When NPC is attacked, how much damage it has done is unknown. In order to be able to indicate its remaining health values, it is necessary to create a life bar for it. In the material, a plane model with a map is prepared. The map is made up of simple yellow and red. The plane model UV is used. Yellow represents the remaining value of life, and red indicates the loss of life, as shown in Fig. 9.

Life bar effect.
The Ini function is responsible for initialization, which is mainly used to get the UV of the life bar model. In the UpdateLife function, a ratio based on the current life value and the maximum life value is calculated, and then the Pad function around is called to move the UV position. The lower the value of life, the less yellow it displays, and the more red it displays. The SetPosition function is responsible for setting the location of the life bar. Because the bar of life always moves with the corresponding NPC and appears above it, the function sets an offset parameter that moves the life bar up a certain distance.

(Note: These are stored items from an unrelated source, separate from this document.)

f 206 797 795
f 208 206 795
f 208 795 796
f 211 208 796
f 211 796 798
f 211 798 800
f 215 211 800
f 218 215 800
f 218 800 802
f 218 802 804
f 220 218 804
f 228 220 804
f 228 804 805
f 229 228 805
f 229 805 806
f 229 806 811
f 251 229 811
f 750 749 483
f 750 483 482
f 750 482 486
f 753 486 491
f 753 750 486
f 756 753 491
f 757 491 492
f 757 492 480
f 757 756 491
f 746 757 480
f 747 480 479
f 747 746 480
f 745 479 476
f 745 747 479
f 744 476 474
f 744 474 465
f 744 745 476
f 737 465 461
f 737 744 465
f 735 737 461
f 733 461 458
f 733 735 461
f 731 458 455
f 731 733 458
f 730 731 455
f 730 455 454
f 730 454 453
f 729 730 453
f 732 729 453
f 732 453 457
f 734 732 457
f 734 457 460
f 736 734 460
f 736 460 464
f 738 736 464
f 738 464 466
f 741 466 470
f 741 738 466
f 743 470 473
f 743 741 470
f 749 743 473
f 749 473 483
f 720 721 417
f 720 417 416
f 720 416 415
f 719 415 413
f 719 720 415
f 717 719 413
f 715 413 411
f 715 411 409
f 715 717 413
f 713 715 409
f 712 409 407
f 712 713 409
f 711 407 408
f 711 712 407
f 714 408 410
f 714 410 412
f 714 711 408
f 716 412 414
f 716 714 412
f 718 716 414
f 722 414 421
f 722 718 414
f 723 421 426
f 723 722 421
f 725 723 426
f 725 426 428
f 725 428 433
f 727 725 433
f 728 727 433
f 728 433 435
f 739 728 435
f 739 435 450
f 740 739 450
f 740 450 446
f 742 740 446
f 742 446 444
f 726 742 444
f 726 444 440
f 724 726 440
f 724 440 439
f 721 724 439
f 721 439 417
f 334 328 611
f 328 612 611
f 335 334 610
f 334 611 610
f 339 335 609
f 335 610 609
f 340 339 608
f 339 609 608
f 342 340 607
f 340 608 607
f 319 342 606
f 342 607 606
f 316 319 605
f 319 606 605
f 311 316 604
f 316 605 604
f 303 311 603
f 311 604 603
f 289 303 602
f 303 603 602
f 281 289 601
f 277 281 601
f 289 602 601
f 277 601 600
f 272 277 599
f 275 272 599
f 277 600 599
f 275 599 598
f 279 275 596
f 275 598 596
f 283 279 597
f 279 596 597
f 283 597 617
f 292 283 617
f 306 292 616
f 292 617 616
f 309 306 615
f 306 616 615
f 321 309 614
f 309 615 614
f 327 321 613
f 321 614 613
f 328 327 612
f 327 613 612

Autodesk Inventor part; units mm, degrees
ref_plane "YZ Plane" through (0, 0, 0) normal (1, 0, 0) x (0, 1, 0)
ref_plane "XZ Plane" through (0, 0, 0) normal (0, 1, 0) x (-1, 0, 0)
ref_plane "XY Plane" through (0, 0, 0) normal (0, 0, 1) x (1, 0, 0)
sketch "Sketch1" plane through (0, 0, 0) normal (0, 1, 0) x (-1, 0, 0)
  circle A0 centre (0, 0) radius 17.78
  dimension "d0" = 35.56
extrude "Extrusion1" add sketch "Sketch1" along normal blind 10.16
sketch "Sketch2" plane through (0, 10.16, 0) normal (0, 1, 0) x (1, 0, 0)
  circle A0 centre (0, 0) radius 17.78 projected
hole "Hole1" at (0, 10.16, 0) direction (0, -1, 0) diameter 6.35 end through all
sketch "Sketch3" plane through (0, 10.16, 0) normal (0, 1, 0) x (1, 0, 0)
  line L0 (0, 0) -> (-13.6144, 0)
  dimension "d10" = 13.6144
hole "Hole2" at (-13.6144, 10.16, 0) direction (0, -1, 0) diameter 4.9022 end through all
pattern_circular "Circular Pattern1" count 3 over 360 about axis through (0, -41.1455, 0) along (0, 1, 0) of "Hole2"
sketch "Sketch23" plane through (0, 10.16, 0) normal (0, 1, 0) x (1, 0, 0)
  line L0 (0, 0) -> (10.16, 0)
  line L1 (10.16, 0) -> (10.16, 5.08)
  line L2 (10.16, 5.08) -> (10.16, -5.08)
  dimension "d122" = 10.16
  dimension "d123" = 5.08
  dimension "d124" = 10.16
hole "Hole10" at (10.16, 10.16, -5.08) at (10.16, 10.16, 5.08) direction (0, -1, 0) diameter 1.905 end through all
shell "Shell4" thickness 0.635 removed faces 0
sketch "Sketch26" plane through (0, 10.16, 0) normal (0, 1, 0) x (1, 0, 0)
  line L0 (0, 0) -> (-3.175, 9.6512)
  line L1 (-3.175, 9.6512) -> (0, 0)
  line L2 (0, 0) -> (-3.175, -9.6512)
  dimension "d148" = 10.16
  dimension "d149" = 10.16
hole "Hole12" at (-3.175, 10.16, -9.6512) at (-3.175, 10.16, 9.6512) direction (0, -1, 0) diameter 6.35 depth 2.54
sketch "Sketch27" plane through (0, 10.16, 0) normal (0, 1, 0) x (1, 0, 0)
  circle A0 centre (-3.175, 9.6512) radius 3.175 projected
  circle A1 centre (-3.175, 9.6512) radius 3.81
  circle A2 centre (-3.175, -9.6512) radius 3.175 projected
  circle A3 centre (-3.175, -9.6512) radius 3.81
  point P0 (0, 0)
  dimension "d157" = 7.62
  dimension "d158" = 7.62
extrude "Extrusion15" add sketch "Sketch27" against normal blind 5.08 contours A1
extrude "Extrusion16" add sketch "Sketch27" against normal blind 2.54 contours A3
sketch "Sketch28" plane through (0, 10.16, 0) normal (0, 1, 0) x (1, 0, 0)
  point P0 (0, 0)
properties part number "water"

Then, it is needed to assign the LifeBar.cs script to LifeBar.tbx as the script component and make it as a prefab file. In the Inspector window of NPC, the prefab of the life bar is associated with it. At the same time, it is necessary to add the settings bar in the Enemy.cs script, move with NPC, and update the life bar status in real time, so as to reduce the life bar when uses run the game, as shown in Fig. 9.
The efficiency of artificial intelligence script is an important index to show the success of artificial intelligence design. The behavior tree has the advantage of simple logic. There are only 6 NPCs in this system, so the main consumption of system operation is the rendering of scene model. The system runs stably. Through the statistical function of Unity3 D, the finished program is rendered and analyzed. The analysis results are shown in Table 1.
Rendering statistics
Rendering statistics
From this table, it can be seen that the frame rate of game view updating and rendering is 221 FPS, and it can be run in real time. There are 607 objects in the scene that are plotted. In addition to the 6 characters NPC, the rest are models in the scene. The texture Used Textures is 46–16.6MB, which indicates that when the frame is drawn, the number of textures is 46, and the memory size is 16.6MB. The graphics fidelity is good and the screen itself carries 3.7MB of memory. The current video memory (memory) uses the approximate boundary, and the video card has 0.86GB memory. The number of unique grids uploaded to the graphics card is 401.
Figure 10 shows how the CPU is used when the program is running. The waveform in the diagram represents the time occupancy of the action tree script when the program is run. There are a few peaks in this part, which indicates that the smart script runs steadily and it meets the design requirements. In summary, the diagram shows that the behavior tree script is stable when the program is running. The behavior tree script consumes very little system computing resources and can meet the requirements of real-time operation.

CPU profile.
At present, with the development of computer game industry, game AI has become one of the most important research fields of computer games. It has important research value to enrich the fidelity, reliability and playability of computer games. In this article, the intelligent behavior of NPC was focused on; then based on the analysis of the research progress of game intelligence, the intelligent behavior style of behavior tree based on Unity3D was proposed; moreover, in combination with the above analysis, the Unity3D game engine, behavior tree and game intelligent AI architecture were studied, and the implementation of Unity3D in game was obtained; at the same time, according to the theory of behavior tree, the behavior tree model based on Q learning algorithm was calculated, and the algorithm flow was summarized; in addition, according to the above learning algorithm, the intelligent NPC game characters based on Unity3D were written, and the operation efficiency of the behavior tree was monitored and analyzed in the game. The results show that the Unity3D based NPC can effectively achieve the intelligent behavior of the target under the control of the behavior tree algorithm. In addition, the system resource is less, which can effectively meet the requirements.